Den Hauptgrund für die Zunahme prekärer Beschäftigungsverhältnisse sieht Henkel in der Höhe der Abgaben für Arbeitgeber und Arbeitnehmer. "In den Bruttoarbeitskosten sind die deutschen Arbeitsplätze für Geringqualifizierte viel zu teuer", so Henkel. Ihm persönlich sei jedoch eine prekäre Arbeit lieber, "als, vom Staats bezahlt, nichts zu tun zu haben".
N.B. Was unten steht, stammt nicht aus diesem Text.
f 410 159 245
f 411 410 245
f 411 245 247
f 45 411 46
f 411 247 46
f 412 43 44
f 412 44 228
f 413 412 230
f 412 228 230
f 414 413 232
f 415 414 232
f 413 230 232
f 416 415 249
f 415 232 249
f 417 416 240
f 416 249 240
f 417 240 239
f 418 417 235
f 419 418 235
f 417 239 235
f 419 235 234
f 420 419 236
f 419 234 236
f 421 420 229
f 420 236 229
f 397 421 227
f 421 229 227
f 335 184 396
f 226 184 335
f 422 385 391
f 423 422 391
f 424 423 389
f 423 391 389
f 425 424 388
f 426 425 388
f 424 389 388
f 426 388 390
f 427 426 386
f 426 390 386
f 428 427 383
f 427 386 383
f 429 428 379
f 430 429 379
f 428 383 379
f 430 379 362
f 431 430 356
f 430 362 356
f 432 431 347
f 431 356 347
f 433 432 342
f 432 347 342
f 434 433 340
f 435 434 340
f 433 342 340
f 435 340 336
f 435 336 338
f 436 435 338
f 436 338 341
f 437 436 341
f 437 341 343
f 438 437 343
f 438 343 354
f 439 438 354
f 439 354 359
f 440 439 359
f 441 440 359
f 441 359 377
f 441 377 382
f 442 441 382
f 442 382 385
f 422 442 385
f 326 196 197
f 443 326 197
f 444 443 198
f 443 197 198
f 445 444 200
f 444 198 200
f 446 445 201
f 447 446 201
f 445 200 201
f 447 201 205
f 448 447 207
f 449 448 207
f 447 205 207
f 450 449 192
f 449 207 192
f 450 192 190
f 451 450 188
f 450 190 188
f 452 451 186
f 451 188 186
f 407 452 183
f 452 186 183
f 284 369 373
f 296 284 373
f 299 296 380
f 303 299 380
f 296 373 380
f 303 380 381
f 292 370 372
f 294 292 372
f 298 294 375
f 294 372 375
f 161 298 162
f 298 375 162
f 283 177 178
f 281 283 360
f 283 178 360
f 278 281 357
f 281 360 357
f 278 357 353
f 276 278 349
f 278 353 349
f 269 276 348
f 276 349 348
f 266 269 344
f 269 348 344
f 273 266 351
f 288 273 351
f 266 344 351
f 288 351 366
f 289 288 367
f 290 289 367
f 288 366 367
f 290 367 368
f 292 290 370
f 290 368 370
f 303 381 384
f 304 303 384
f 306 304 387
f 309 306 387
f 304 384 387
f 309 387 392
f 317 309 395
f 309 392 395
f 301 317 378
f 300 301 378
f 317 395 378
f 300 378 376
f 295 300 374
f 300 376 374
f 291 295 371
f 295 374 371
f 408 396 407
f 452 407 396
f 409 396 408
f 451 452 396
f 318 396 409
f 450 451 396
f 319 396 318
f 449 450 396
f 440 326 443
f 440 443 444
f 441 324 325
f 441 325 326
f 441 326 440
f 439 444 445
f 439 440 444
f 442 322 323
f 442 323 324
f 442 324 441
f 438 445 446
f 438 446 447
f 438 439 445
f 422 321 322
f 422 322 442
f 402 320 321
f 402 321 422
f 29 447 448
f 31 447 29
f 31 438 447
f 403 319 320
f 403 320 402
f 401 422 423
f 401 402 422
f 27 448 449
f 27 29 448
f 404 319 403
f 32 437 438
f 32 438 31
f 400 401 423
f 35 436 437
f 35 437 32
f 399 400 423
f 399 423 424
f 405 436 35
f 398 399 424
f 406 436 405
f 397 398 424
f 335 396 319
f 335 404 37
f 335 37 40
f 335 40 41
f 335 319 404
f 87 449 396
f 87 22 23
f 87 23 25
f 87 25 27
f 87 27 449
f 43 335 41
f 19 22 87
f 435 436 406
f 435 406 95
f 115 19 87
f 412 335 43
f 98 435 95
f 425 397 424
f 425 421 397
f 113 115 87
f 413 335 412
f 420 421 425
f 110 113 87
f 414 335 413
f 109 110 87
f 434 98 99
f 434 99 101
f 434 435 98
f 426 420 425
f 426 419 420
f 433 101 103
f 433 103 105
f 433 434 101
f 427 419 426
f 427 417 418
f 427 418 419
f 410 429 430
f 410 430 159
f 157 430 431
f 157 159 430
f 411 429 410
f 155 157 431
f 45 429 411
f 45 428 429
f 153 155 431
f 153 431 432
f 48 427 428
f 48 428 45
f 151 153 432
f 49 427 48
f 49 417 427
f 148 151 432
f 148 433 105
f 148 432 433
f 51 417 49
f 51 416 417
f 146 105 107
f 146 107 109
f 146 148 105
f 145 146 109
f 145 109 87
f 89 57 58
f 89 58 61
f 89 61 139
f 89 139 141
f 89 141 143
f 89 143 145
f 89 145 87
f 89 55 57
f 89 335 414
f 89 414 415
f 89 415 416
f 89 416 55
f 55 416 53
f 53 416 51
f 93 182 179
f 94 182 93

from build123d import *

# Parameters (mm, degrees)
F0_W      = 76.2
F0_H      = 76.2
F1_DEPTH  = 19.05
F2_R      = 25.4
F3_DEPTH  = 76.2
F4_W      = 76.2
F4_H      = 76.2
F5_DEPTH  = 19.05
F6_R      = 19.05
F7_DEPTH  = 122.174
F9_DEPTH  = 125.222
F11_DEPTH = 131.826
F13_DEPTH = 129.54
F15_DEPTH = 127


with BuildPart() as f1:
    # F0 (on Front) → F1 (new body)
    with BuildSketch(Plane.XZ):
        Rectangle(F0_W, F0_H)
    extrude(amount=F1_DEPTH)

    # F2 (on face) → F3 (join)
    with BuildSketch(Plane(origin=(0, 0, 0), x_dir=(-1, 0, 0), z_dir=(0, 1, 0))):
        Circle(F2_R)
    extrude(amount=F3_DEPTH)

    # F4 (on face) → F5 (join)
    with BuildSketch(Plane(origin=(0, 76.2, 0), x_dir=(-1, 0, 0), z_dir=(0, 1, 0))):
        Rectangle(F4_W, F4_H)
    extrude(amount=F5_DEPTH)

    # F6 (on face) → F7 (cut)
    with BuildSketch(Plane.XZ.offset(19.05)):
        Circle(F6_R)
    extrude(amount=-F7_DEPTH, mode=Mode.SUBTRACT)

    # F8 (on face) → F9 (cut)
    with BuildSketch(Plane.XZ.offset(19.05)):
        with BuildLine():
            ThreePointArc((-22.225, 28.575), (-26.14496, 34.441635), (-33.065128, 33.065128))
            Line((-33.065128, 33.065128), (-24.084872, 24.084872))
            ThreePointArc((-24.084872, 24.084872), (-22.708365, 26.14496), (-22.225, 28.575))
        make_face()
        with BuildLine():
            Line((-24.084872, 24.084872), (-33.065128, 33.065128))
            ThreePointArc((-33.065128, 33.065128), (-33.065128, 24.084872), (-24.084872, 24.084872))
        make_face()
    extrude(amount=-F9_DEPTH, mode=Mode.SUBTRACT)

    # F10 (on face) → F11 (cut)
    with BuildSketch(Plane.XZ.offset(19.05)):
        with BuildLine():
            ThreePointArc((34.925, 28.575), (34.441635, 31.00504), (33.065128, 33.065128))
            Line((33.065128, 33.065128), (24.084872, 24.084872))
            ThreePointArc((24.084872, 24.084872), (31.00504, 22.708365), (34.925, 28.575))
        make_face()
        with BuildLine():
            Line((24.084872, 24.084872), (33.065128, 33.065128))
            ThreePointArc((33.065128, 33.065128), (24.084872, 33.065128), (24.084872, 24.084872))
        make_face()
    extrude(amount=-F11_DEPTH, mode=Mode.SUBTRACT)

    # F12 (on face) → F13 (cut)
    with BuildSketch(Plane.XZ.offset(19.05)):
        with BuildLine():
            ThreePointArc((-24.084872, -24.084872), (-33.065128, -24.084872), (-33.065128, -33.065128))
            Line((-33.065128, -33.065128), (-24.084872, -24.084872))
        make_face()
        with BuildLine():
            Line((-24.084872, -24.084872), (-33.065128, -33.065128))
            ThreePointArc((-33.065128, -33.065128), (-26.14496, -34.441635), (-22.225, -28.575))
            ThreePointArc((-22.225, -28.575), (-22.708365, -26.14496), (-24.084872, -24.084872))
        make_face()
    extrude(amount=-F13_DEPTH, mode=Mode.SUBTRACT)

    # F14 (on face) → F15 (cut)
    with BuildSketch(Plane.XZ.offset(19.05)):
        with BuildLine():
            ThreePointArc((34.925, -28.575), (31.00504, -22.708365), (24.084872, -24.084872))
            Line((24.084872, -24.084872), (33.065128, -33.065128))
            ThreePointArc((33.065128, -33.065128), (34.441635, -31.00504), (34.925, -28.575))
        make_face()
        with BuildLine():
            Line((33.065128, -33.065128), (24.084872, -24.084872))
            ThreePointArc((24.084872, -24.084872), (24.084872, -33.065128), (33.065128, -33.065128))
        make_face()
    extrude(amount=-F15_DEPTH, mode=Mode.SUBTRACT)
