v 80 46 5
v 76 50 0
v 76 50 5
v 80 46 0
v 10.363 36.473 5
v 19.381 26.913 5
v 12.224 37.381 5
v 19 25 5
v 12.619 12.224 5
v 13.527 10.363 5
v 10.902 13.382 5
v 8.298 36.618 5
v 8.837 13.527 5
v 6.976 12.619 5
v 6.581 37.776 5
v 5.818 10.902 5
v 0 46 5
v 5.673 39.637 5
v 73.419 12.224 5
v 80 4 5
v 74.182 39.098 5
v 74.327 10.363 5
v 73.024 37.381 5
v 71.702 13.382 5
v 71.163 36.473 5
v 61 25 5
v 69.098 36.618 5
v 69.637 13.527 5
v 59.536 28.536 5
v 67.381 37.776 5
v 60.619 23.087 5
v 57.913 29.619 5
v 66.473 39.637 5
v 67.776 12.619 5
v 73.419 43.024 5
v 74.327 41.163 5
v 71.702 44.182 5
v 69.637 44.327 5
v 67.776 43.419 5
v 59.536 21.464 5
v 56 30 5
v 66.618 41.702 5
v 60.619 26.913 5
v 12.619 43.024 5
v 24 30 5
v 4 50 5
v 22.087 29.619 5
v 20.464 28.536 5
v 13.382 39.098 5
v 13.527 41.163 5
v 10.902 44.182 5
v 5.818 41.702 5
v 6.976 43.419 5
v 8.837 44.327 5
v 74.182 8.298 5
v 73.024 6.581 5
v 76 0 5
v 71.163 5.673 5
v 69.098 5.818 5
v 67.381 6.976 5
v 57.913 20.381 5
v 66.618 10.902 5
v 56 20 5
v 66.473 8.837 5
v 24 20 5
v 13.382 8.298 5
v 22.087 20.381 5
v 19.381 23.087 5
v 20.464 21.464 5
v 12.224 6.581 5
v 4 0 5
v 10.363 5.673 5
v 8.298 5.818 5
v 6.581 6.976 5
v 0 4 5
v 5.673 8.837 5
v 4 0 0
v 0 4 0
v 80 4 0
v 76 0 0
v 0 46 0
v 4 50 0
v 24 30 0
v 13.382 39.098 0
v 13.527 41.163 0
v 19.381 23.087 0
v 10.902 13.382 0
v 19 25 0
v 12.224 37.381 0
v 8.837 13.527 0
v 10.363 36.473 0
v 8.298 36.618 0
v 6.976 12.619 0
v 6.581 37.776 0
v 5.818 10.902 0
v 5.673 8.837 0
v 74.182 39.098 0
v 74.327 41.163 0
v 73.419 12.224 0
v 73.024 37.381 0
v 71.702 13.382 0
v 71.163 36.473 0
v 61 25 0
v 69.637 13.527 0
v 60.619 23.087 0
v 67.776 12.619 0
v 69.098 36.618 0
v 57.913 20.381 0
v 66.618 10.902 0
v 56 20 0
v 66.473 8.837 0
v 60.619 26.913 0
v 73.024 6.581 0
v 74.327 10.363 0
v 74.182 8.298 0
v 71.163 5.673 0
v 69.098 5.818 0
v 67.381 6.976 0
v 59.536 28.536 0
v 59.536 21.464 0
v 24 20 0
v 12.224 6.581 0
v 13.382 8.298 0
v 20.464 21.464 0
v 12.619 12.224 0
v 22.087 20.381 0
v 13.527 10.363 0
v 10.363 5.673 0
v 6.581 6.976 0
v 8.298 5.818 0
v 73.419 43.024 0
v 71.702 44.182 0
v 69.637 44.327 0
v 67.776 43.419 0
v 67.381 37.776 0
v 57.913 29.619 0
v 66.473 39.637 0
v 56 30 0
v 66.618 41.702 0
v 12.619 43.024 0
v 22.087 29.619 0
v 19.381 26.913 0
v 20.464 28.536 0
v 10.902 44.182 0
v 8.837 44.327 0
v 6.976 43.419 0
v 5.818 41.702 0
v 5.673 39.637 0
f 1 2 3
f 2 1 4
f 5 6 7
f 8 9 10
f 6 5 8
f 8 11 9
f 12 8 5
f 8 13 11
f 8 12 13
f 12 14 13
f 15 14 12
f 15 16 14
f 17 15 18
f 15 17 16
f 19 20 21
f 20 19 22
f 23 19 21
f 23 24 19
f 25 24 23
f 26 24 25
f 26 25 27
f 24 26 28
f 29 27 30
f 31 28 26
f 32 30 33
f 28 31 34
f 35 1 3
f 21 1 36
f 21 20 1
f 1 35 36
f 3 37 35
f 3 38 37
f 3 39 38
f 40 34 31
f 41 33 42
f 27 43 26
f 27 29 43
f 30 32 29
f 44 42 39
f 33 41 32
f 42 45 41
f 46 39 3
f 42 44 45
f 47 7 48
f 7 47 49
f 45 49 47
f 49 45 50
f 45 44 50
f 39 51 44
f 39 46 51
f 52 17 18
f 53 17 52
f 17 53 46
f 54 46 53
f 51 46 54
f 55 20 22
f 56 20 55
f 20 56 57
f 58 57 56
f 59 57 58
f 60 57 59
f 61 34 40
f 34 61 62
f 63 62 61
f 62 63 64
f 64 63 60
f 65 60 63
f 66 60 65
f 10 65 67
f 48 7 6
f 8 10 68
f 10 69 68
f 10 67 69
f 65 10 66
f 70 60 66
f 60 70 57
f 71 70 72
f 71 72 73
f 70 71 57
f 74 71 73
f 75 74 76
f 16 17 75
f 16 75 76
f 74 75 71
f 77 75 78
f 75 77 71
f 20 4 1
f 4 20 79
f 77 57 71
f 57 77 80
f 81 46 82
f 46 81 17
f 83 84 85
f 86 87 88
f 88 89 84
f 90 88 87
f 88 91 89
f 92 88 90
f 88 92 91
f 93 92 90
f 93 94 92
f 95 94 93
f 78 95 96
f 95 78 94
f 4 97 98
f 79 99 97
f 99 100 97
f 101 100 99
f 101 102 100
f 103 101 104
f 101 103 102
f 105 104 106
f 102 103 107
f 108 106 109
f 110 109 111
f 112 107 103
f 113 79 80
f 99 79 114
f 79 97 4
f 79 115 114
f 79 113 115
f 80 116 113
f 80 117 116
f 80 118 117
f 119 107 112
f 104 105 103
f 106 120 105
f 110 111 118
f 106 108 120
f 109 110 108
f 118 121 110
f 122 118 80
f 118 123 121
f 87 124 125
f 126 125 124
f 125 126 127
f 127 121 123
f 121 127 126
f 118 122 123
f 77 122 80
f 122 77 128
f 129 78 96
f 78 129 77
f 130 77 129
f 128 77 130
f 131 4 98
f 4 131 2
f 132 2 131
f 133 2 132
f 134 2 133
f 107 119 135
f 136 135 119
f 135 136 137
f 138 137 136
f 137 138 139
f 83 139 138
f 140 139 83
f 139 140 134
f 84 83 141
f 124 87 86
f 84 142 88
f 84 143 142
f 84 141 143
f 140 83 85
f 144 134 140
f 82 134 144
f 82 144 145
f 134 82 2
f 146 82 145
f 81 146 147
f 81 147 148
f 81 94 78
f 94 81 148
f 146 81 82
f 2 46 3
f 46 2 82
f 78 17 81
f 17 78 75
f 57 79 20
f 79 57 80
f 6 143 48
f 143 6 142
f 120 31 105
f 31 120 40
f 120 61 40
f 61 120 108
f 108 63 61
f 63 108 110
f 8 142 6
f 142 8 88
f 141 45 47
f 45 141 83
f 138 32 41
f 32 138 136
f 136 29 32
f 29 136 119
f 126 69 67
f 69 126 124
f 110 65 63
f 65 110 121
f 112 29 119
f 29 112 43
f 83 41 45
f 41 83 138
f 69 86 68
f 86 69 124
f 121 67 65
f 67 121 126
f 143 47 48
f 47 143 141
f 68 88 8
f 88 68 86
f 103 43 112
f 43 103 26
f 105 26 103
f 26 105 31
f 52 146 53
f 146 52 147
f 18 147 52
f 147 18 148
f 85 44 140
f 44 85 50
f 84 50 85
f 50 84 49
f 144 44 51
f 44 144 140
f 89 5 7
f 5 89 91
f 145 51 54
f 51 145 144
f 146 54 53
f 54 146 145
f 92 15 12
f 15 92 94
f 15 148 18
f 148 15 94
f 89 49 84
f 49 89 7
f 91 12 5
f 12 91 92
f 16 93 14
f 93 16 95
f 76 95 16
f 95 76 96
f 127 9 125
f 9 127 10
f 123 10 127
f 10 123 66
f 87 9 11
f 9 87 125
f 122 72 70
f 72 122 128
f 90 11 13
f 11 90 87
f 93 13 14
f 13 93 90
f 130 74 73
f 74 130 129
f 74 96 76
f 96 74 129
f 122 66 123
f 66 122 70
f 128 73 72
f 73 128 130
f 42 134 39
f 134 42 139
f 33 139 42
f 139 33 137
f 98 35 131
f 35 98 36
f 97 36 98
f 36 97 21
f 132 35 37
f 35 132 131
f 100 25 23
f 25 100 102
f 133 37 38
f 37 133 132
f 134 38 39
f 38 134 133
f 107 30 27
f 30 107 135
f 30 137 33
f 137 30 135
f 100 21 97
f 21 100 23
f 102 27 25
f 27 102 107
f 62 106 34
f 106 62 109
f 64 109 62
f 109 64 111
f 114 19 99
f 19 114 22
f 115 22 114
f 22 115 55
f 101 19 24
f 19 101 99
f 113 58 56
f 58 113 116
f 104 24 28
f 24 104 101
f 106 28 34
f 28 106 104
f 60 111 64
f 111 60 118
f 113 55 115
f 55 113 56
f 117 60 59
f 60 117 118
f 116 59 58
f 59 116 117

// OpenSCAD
$fn = 32;

// ----------------------------------------------------------------------
// Bracket plate: slot plate 80 x 50
// ----------------------------------------------------------------------

// --- parameters (mm) ---
hole_r = 4;               // bolt hole radius
plate_t = 5;              // plate thickness, Z (extrusion height)
plate_l = 80;             // plate length
plate_w = 50;             // plate width
slot_l = 32;              // slot straight length
slot_r = 5;               // slot end radius

slot_len = slot_l + 2 * slot_r;
slot_w = 2 * slot_r;
hole_d2 = 2 * hole_r;

profile = [[4, 0], [76, 0], [80, 4], [80, 46], [76, 50], [4, 50], [0, 46], [0, 4]];  // primary outline, 8 points, counter clockwise
void_1 = [[56, 20], [57.913, 20.381], [59.536, 21.464], [60.619, 23.087], [61, 25], [60.619, 26.913], [59.536, 28.536], [57.913, 29.619], [56, 30], [24, 30], [22.087, 29.619], [20.464, 28.536], [19.381, 26.913], [19, 25], [19.381, 23.087], [20.464, 21.464], [22.087, 20.381], [24, 20]];  // grip slot, 18 points
void_2 = [[13.527, 41.163], [12.619, 43.024], [10.902, 44.182], [8.837, 44.327], [6.976, 43.419], [5.818, 41.702], [5.673, 39.637], [6.581, 37.776], [8.298, 36.618], [10.363, 36.473], [12.224, 37.381], [13.382, 39.098]];  // corner hole, 12 points
void_3 = [[13.527, 10.363], [12.619, 12.224], [10.902, 13.382], [8.837, 13.527], [6.976, 12.619], [5.818, 10.902], [5.673, 8.837], [6.581, 6.976], [8.298, 5.818], [10.363, 5.673], [12.224, 6.581], [13.382, 8.298]];  // corner hole, 12 points
void_4 = [[74.327, 41.163], [73.419, 43.024], [71.702, 44.182], [69.637, 44.327], [67.776, 43.419], [66.618, 41.702], [66.473, 39.637], [67.381, 37.776], [69.098, 36.618], [71.163, 36.473], [73.024, 37.381], [74.182, 39.098]];  // corner hole, 12 points
void_5 = [[74.327, 10.363], [73.419, 12.224], [71.702, 13.382], [69.637, 13.527], [67.776, 12.619], [66.618, 10.902], [66.473, 8.837], [67.381, 6.976], [69.098, 5.818], [71.163, 5.673], [73.024, 6.581], [74.182, 8.298]];  // corner hole, 12 points

// --- the one profile operation ---
difference() {
  linear_extrude(height = plate_t) polygon(points = profile);
  translate([0, 0, -1])
    linear_extrude(height = plate_t + 2) polygon(points = void_1);
  translate([0, 0, -1])
    linear_extrude(height = plate_t + 2) polygon(points = void_2);
  translate([0, 0, -1])
    linear_extrude(height = plate_t + 2) polygon(points = void_3);
  translate([0, 0, -1])
    linear_extrude(height = plate_t + 2) polygon(points = void_4);
  translate([0, 0, -1])
    linear_extrude(height = plate_t + 2) polygon(points = void_5);
}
Die Diskussion um die Hartz-IV-Gesetzgebung sieht Henkel auf dem falschen Weg. Es sei nicht nötig, Hartz IV zu verbessern, "sondern dafür zu sorgen, dass immer weniger darauf angewiesen sind". Die Prioritäten müssten neu gesetzt werden. Einen Schlüssel dazu sieht der Manager in besserer Bildung. "Je höher die Bildung, desto weniger das Risiko, zum Hartz-IV-Empfänger zu werden." Zudem müsse der Staat jede politische Entscheidung daraufhin überprüfen, ob sie Arbeitsplätze schaffe oder nicht, forderte Henkel im n-tv.de-Interview.

Die Agenda 2010 des ehemaligen Bundeskanzlers Gerhard Schröder beurteilt Henkel als eine "verzweifelte Flucht nach vorn und nicht als eine Demonstration von Mut." Der Mut sei erst hinterher hineininterpretiert worden. "Erst, als offenkundig wurde, dass es mit der Arbeitslosigkeit bergauf und mit Deutschland bergab ging, hat Schröder die Agenda 2010 in Angriff genommen." Da sei er aber bereits fünf Jahre im Amt gewesen. Immerhin habe Schröders Werk jedoch gezeigt, dass "Reformen nur dann Erfolg beim Arbeitsmarkt haben, wenn sie zunächst unpopulär sind", so Henkels Fazit.